(Collected data)
'''

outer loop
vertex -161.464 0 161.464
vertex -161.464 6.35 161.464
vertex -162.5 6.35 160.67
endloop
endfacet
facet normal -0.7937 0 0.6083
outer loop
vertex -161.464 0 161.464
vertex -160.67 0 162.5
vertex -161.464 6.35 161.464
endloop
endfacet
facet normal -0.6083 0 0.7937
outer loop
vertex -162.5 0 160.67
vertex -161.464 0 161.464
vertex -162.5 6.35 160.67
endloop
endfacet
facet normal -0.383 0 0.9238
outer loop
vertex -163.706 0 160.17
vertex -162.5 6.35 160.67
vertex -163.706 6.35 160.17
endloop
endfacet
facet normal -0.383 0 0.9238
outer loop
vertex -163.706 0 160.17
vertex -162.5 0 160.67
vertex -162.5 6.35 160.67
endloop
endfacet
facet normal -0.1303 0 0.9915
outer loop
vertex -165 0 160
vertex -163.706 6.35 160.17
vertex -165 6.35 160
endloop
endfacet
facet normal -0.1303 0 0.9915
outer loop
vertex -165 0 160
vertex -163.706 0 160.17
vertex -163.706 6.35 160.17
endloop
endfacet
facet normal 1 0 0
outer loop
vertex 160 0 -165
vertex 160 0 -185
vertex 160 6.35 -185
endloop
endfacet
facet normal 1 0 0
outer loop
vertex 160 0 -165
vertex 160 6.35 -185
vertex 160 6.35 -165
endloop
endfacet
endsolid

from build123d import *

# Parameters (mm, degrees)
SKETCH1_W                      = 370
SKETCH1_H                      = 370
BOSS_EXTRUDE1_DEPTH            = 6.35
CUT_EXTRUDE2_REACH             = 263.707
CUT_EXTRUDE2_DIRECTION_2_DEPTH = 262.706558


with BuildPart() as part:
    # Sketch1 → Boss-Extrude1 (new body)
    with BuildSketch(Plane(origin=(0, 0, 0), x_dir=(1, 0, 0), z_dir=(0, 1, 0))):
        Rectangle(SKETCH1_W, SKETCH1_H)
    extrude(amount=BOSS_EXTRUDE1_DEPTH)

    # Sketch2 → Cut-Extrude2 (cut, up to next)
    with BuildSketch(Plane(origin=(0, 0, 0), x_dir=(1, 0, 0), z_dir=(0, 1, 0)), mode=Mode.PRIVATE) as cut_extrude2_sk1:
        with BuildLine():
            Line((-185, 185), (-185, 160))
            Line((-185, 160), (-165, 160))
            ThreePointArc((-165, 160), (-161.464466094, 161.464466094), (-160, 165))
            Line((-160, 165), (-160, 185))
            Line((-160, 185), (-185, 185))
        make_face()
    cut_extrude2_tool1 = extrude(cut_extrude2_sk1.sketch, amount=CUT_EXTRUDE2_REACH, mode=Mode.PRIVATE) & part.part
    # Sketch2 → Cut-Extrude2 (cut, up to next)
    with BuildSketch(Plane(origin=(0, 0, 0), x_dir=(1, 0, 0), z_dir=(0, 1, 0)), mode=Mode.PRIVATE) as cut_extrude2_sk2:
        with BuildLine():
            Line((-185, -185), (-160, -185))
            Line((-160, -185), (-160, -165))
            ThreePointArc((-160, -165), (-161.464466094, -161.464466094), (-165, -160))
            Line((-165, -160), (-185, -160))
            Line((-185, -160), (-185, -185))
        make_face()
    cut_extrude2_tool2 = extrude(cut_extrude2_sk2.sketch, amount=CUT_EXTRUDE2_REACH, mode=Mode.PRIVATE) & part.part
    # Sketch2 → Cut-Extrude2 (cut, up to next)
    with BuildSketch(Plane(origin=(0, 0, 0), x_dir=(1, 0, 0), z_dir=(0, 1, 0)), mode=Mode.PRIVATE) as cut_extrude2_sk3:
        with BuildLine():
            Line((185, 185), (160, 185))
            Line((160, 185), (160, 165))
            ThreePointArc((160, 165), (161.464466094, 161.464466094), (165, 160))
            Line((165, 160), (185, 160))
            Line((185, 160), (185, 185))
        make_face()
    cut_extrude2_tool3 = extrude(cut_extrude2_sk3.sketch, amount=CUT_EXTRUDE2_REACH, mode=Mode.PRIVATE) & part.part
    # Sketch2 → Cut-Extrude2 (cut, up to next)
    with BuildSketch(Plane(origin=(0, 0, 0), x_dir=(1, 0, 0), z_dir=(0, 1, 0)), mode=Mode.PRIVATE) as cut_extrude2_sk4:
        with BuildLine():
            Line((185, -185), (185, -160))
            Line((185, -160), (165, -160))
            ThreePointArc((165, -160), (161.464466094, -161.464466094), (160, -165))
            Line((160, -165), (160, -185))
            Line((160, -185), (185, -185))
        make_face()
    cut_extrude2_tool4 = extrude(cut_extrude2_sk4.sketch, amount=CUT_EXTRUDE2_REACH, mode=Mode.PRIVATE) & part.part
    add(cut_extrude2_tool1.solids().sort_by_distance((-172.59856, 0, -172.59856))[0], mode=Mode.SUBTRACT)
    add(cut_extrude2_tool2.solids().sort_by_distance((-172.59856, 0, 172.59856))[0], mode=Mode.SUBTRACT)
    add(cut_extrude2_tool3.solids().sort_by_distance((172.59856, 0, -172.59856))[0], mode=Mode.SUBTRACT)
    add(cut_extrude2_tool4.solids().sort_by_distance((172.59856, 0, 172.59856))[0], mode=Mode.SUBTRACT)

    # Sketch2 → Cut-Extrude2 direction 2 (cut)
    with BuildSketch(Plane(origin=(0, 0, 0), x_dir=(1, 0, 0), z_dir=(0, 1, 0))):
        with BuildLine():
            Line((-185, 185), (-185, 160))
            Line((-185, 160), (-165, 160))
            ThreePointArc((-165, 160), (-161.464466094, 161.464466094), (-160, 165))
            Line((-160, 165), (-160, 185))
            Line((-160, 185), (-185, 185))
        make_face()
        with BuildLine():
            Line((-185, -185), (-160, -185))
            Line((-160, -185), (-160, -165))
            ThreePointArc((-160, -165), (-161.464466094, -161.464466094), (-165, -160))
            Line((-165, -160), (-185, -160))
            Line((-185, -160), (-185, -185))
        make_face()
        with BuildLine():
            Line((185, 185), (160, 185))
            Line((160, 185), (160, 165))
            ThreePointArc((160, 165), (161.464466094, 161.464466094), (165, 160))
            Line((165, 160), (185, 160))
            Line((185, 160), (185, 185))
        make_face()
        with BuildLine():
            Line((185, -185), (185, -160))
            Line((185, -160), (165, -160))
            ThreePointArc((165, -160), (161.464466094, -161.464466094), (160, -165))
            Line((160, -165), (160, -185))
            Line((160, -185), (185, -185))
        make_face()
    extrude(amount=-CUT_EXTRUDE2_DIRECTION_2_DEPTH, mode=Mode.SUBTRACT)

'''

GOAL OF THE EXERCISE
The full set of entries must be restated exactly, with none omitted.

ANSWER SPACE
outer loop
vertex -161.464 0 161.464
vertex -161.464 6.35 161.464
vertex -162.5 6.35 160.67
endloop
endfacet
facet normal -0.7937 0 0.6083
outer loop
vertex -161.464 0 161.464
vertex -160.67 0 162.5
vertex -161.464 6.35 161.464
endloop
endfacet
facet normal -0.6083 0 0.7937
outer loop
vertex -162.5 0 160.67
vertex -161.464 0 161.464
vertex -162.5 6.35 160.67
endloop
endfacet
facet normal -0.383 0 0.9238
outer loop
vertex -163.706 0 160.17
vertex -162.5 6.35 160.67
vertex -163.706 6.35 160.17
endloop
endfacet
facet normal -0.383 0 0.9238
outer loop
vertex -163.706 0 160.17
vertex -162.5 0 160.67
vertex -162.5 6.35 160.67
endloop
endfacet
facet normal -0.1303 0 0.9915
outer loop
vertex -165 0 160
vertex -163.706 6.35 160.17
vertex -165 6.35 160
endloop
endfacet
facet normal -0.1303 0 0.9915
outer loop
vertex -165 0 160
vertex -163.706 0 160.17
vertex -163.706 6.35 160.17
endloop
endfacet
facet normal 1 0 0
outer loop
vertex 160 0 -165
vertex 160 0 -185
vertex 160 6.35 -185
endloop
endfacet
facet normal 1 0 0
outer loop
vertex 160 0 -165
vertex 160 6.35 -185
vertex 160 6.35 -165
endloop
endfacet
endsolid

from build123d import *

# Parameters (mm, degrees)
SKETCH1_W                      = 370
SKETCH1_H                      = 370
BOSS_EXTRUDE1_DEPTH            = 6.35
CUT_EXTRUDE2_REACH             = 263.707
CUT_EXTRUDE2_DIRECTION_2_DEPTH = 262.706558


with BuildPart() as part:
    # Sketch1 → Boss-Extrude1 (new body)
    with BuildSketch(Plane(origin=(0, 0, 0), x_dir=(1, 0, 0), z_dir=(0, 1, 0))):
        Rectangle(SKETCH1_W, SKETCH1_H)
    extrude(amount=BOSS_EXTRUDE1_DEPTH)

    # Sketch2 → Cut-Extrude2 (cut, up to next)
    with BuildSketch(Plane(origin=(0, 0, 0), x_dir=(1, 0, 0), z_dir=(0, 1, 0)), mode=Mode.PRIVATE) as cut_extrude2_sk1:
        with BuildLine():
            Line((-185, 185), (-185, 160))
            Line((-185, 160), (-165, 160))
            ThreePointArc((-165, 160), (-161.464466094, 161.464466094), (-160, 165))
            Line((-160, 165), (-160, 185))
            Line((-160, 185), (-185, 185))
        make_face()
    cut_extrude2_tool1 = extrude(cut_extrude2_sk1.sketch, amount=CUT_EXTRUDE2_REACH, mode=Mode.PRIVATE) & part.part
    # Sketch2 → Cut-Extrude2 (cut, up to next)
    with BuildSketch(Plane(origin=(0, 0, 0), x_dir=(1, 0, 0), z_dir=(0, 1, 0)), mode=Mode.PRIVATE) as cut_extrude2_sk2:
        with BuildLine():
            Line((-185, -185), (-160, -185))
            Line((-160, -185), (-160, -165))
            ThreePointArc((-160, -165), (-161.464466094, -161.464466094), (-165, -160))
            Line((-165, -160), (-185, -160))
            Line((-185, -160), (-185, -185))
        make_face()
    cut_extrude2_tool2 = extrude(cut_extrude2_sk2.sketch, amount=CUT_EXTRUDE2_REACH, mode=Mode.PRIVATE) & part.part
    # Sketch2 → Cut-Extrude2 (cut, up to next)
    with BuildSketch(Plane(origin=(0, 0, 0), x_dir=(1, 0, 0), z_dir=(0, 1, 0)), mode=Mode.PRIVATE) as cut_extrude2_sk3:
        with BuildLine():
            Line((185, 185), (160, 185))
            Line((160, 185), (160, 165))
            ThreePointArc((160, 165), (161.464466094, 161.464466094), (165, 160))
            Line((165, 160), (185, 160))
            Line((185, 160), (185, 185))
        make_face()
    cut_extrude2_tool3 = extrude(cut_extrude2_sk3.sketch, amount=CUT_EXTRUDE2_REACH, mode=Mode.PRIVATE) & part.part
    # Sketch2 → Cut-Extrude2 (cut, up to next)
    with BuildSketch(Plane(origin=(0, 0, 0), x_dir=(1, 0, 0), z_dir=(0, 1, 0)), mode=Mode.PRIVATE) as cut_extrude2_sk4:
        with BuildLine():
            Line((185, -185), (185, -160))
            Line((185, -160), (165, -160))
            ThreePointArc((165, -160), (161.464466094, -161.464466094), (160, -165))
            Line((160, -165), (160, -185))
            Line((160, -185), (185, -185))
        make_face()
    cut_extrude2_tool4 = extrude(cut_extrude2_sk4.sketch, amount=CUT_EXTRUDE2_REACH, mode=Mode.PRIVATE) & part.part
    add(cut_extrude2_tool1.solids().sort_by_distance((-172.59856, 0, -172.59856))[0], mode=Mode.SUBTRACT)
    add(cut_extrude2_tool2.solids().sort_by_distance((-172.59856, 0, 172.59856))[0], mode=Mode.SUBTRACT)
    add(cut_extrude2_tool3.solids().sort_by_distance((172.59856, 0, -172.59856))[0], mode=Mode.SUBTRACT)
    add(cut_extrude2_tool4.solids().sort_by_distance((172.59856, 0, 172.59856))[0], mode=Mode.SUBTRACT)

    # Sketch2 → Cut-Extrude2 direction 2 (cut)
    with BuildSketch(Plane(origin=(0, 0, 0), x_dir=(1, 0, 0), z_dir=(0, 1, 0))):
        with BuildLine():
            Line((-185, 185), (-185, 160))
            Line((-185, 160), (-165, 160))
            ThreePointArc((-165, 160), (-161.464466094, 161.464466094), (-160, 165))
            Line((-160, 165), (-160, 185))
            Line((-160, 185), (-185, 185))
        make_face()
        with BuildLine():
            Line((-185, -185), (-160, -185))
            Line((-160, -185), (-160, -165))
            ThreePointArc((-160, -165), (-161.464466094, -161.464466094), (-165, -160))
            Line((-165, -160), (-185, -160))
            Line((-185, -160), (-185, -185))
        make_face()
        with BuildLine():
            Line((185, 185), (160, 185))
            Line((160, 185), (160, 165))
            ThreePointArc((160, 165), (161.464466094, 161.464466094), (165, 160))
            Line((165, 160), (185, 160))
            Line((185, 160), (185, 185))
        make_face()
        with BuildLine():
            Line((185, -185), (185, -160))
            Line((185, -160), (165, -160))
            ThreePointArc((165, -160), (161.464466094, -161.464466094), (160, -165))
            Line((160, -165), (160, -185))
            Line((160, -185), (185, -185))
        make_face()
    extrude(amount=-CUT_EXTRUDE2_DIRECTION_2_DEPTH, mode=Mode.SUBTRACT)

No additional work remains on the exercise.